TERCEIRO ANO DA VIDA PÚBLICA DE JESUS

VIVER SEM MANCHA


E Jesus sorrindo: “Ainda há muita água para a sede do Filho do homem. Há água colocada pelo Pai nos poços profundos. E o Filho do homem ainda tem as mãos livres para fazer com elas uma concha. Dia virá em que não terei mais nem estas nem aquela, e não terei mais nem a água do amor para matar a sede do Sedento. Agora encontro tanto amor ao redor de Mim.”, e vai para a frente, levando com as duas mãos o cesto grande redondo e fundo, para colocá-lo sobre a grama, a alguns metros de João, e dizendo-lhe: “Pega e come. É o banquete de Deus.”
Depois Ele volta para o seu lugar. Oferece e abençoa o alimento, e o faz distribuir aos presentes, que ajuntaram com Ele tudo o que tinham. Todos comem com gosto e com uma pacífica alegria, enquanto Maria se ocupa, cheia de maternal doçura, com Alfeu. Depois, terminada a refeição, Jesus se coloca entre o povo e o ex-leproso, começando a falar, enquanto as mães apanham no colo os seus filhos saciados de alimento e de brinquedos, e os ninam para fazê-los dormir, a fim de que não fiquem perturbando.
“Ouvi, todos vós. Em um Salmo de Davi, o Salmista faz esta pergunta: “Quem habitará no Tabernáculo de Deus? Quem repousará no monte de Deus?” E passa a enumerar quem serão os afortunados, e por quais motivos o serão. Diz Ele: “Aquele que vive sem mancha e pratica a justiça. Aquele que fala de coração, com verdade, e não usa de enganos com sua língua, que não causa dano ao próximo, que não aceita palavras infamantes contra o seu semelhante.” E, em poucas linhas, depois de ter dito quem entrará nos domínios de Deus, diz o que é que esses bem aventurados fazem de bem, depois de já não terem feito o mal. Diz assim: “Aos olhos deles, o malvado é um nada. Eles honram aos que temem a Deus. Aos que jurando ao seu próximo, não o enganam. Não emprega o seu dinheiro em usura. Não recebe presentes para prejudicar um inocente. “ E termina: “Quem faz estas coisas nunca vacilará. Em verdade, em verdade Eu vos digo que o Salmista disse a verdade, e confirmo com a minha sabedoria que quem faz estas coisas não vacilará nunca.

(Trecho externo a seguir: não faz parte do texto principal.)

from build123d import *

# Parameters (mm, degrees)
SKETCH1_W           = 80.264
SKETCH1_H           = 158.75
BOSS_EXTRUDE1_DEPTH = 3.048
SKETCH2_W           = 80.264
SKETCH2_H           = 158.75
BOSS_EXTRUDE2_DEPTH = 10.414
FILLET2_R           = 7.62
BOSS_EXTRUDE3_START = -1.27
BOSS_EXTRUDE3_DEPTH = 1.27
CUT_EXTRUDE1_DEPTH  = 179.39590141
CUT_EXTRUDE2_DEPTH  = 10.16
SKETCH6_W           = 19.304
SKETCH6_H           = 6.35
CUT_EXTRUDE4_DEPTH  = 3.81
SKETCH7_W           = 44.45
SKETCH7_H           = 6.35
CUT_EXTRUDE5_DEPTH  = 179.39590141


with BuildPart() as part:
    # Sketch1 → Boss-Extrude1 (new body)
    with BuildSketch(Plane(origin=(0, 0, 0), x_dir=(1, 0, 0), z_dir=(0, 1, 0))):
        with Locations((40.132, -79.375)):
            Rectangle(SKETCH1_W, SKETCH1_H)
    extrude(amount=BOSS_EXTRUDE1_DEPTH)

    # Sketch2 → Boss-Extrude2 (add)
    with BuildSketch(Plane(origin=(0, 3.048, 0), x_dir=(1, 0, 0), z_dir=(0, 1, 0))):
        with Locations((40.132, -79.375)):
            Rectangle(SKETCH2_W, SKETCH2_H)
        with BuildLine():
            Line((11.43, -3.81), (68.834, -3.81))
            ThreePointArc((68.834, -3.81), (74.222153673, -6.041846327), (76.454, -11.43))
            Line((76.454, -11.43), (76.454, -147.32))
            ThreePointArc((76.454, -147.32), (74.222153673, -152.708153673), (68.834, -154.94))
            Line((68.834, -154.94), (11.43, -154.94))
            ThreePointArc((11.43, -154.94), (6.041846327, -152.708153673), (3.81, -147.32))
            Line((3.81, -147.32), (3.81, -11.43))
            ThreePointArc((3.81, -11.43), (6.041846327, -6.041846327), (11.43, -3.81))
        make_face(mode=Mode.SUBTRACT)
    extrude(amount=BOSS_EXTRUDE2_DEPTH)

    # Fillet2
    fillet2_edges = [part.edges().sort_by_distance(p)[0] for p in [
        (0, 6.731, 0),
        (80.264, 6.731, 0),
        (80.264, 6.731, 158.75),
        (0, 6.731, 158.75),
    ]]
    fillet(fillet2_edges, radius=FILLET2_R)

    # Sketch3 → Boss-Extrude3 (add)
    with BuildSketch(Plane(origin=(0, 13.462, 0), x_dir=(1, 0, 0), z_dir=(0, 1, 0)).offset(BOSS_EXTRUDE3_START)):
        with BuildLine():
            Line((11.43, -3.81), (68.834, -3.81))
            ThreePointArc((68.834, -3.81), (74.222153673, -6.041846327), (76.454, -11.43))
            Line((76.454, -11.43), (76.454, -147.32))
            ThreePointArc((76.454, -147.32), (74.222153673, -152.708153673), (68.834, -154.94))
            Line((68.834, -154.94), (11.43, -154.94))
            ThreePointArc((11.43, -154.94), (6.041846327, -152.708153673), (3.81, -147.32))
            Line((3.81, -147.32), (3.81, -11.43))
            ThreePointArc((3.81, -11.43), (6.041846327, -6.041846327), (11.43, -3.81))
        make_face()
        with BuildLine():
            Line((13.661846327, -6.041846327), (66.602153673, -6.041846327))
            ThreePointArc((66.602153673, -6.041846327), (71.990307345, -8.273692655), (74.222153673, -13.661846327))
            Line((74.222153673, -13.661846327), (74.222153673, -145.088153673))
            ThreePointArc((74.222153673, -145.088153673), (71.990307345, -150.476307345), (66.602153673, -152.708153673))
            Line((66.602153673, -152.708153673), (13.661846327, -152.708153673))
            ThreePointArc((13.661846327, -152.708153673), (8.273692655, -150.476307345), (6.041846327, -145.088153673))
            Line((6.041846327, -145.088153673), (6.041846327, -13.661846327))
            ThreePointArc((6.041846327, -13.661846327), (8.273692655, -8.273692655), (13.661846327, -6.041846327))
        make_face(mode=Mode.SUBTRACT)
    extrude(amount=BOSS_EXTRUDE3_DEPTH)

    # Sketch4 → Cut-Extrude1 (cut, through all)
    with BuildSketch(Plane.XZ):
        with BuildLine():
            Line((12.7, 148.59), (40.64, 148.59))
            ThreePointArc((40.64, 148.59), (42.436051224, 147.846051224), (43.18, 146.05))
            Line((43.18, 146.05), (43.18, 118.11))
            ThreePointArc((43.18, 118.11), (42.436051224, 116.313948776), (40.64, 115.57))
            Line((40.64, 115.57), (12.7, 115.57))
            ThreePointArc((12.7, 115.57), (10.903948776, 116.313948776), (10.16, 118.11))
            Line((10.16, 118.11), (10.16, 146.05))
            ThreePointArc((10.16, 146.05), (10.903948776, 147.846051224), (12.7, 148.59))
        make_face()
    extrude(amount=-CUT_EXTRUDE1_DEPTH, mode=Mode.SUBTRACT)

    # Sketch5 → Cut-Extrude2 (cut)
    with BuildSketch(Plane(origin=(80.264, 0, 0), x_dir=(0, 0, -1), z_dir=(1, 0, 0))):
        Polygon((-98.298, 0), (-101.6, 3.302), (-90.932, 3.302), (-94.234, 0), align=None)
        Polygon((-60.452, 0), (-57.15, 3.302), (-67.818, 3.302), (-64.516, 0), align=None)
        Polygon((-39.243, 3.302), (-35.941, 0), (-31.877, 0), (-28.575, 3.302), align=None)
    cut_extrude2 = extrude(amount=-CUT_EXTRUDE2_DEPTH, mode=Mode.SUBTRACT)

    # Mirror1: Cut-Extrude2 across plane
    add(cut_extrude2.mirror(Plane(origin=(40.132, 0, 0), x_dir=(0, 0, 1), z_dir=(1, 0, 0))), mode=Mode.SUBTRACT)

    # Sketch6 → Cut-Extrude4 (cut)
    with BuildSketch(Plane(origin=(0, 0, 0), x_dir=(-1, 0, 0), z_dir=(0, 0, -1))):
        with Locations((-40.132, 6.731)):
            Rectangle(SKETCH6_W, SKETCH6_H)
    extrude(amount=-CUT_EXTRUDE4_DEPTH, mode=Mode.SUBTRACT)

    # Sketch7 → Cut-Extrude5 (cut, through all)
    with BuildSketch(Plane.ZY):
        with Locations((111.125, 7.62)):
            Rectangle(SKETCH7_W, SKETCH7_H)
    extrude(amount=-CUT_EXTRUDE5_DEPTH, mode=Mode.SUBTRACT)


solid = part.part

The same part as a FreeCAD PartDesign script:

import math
import FreeCAD as App
import Part
import Sketcher
Q = App.Units.Quantity


def edges_at(feature, points):
    """Names of the edges that pass closest to the given points."""
    edges = feature.Shape.Edges
    near = lambda p: min(range(len(edges)), key=lambda i: edges[i].distToShape(Part.Vertex(*p))[0])
    return sorted({f"Edge{near(p) + 1}" for p in points})


def add_polygon(sketch, points):
    """Adds a closed chain of lines whose ends are joined by coincident constraints."""
    first, n = sketch.GeometryCount, len(points)
    for a, b in zip(points, points[1:] + points[:1]):
        sketch.addGeometry(Part.LineSegment(App.Vector(*a, 0), App.Vector(*b, 0)), False)
    for i in range(n):
        sketch.addConstraint(Sketcher.Constraint("Coincident", first + i, 2, first + (i + 1) % n, 1))

doc = App.newDocument("Part")
body = doc.addObject("PartDesign::Body", "Body")

# Sketch on XZ plane
sketch1 = body.newObject("Sketcher::SketchObject", "Sketch")
sketch1.AttachmentSupport = (doc.getObject("XZ_Plane"), [""])
sketch1.MapMode = "FlatFace"
add_polygon(sketch1, [(0, 0), (0, 159), (80, 159), (80, 0)])  # lines 0-3
sketch1.addConstraint([
    Sketcher.Constraint("Vertical", 0),
    Sketcher.Constraint("Horizontal", 1),
    Sketcher.Constraint("Vertical", 2),
    Sketcher.Constraint("Horizontal", 3),
    Sketcher.Constraint("Coincident", 3, 2, -1, 1),
    Sketcher.Constraint("DistanceX", 1, 1, 1, 2, Q("3.16 in")),
    Sketcher.Constraint("DistanceY", 0, 1, 0, 2, Q("6.25 in")),
])
pad1 = body.newObject("PartDesign::Pad", "Pad")
pad1.Profile = sketch1
pad1.Length = Q("0.12 in")
pad1.Reversed = True

# Sketch on XZ plane
sketch2 = body.newObject("Sketcher::SketchObject", "Sketch001")
sketch2.AttachmentSupport = (doc.getObject("XZ_Plane"), [""])
sketch2.MapMode = "FlatFace"
sketch2.AttachmentOffset = App.Placement(App.Vector(0, 0, -0.12 * 25.4), App.Rotation())
add_polygon(sketch2, [(0, 0), (0, 159), (80, 159), (80, 0)])  # lines 0-3
sketch2.addGeometry(Part.ArcOfCircle(Part.Circle(App.Vector(11, 11, 0), App.Vector(0, 0, 1), 8), math.radians(180), math.radians(270)), False)  # 4
sketch2.addGeometry(Part.LineSegment(App.Vector(11, 4, 0), App.Vector(69, 4, 0)), False)  # 5
sketch2.addGeometry(Part.ArcOfCircle(Part.Circle(App.Vector(69, 11, 0), App.Vector(0, 0, 1), 8), math.radians(-90), math.radians(0)), False)  # 6
sketch2.addGeometry(Part.LineSegment(App.Vector(76, 11, 0), App.Vector(76, 147, 0)), False)  # 7
sketch2.addGeometry(Part.ArcOfCircle(Part.Circle(App.Vector(69, 147, 0), App.Vector(0, 0, 1), 8), math.radians(0), math.radians(90)), False)  # 8
sketch2.addGeometry(Part.LineSegment(App.Vector(69, 155, 0), App.Vector(11, 155, 0)), False)  # 9
sketch2.addGeometry(Part.ArcOfCircle(Part.Circle(App.Vector(11, 147, 0), App.Vector(0, 0, 1), 8), math.radians(90), math.radians(180)), False)  # 10
sketch2.addGeometry(Part.LineSegment(App.Vector(4, 147, 0), App.Vector(4, 11, 0)), False)  # 11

A primeira das condições para entrar no Reino dos Céus é “Viver sem mancha.”
Mas pode o homem, uma criatura fraca, viver sem mancha? A carne, o mundo e Satanás, em um contínuo fervedouro de paixões, de tendência e de ódio, esguicham seus borrifos para manchar os espíritos, e, se o Céu fosse aberto somente para aqueles que vivem sem mancha desde o uso da razão em diante, pouquíssimos seriam os homens que chegariam à morte sem terem conhecido doenças mais ou menos graves durante sua existência. E então? Desse modo, o Céu fica fechado aos filhos de Deus? E estes terão que dizer: “Eu o perdi”, quando um assalto de Satanás, ou uma tempestade da carne os fizeram cair, e se vêem manchados em suas almas? Não haveria mais perdão para quem tiver pecado?Não haverá nada para cancelar a mancha que deturpa o espírito? Não temais o vosso Deus com um temor injusto. Ele é Pai, e um pai estende sempre uma mão aos filhos vacilantes, oferece ajuda aos que querem levantar-se, conforta-os com meios suaves, para que o aviltamento deles não degenere em desespero, mas floresça em um humildade cheia da vontade de se tornarem diletos do Pai.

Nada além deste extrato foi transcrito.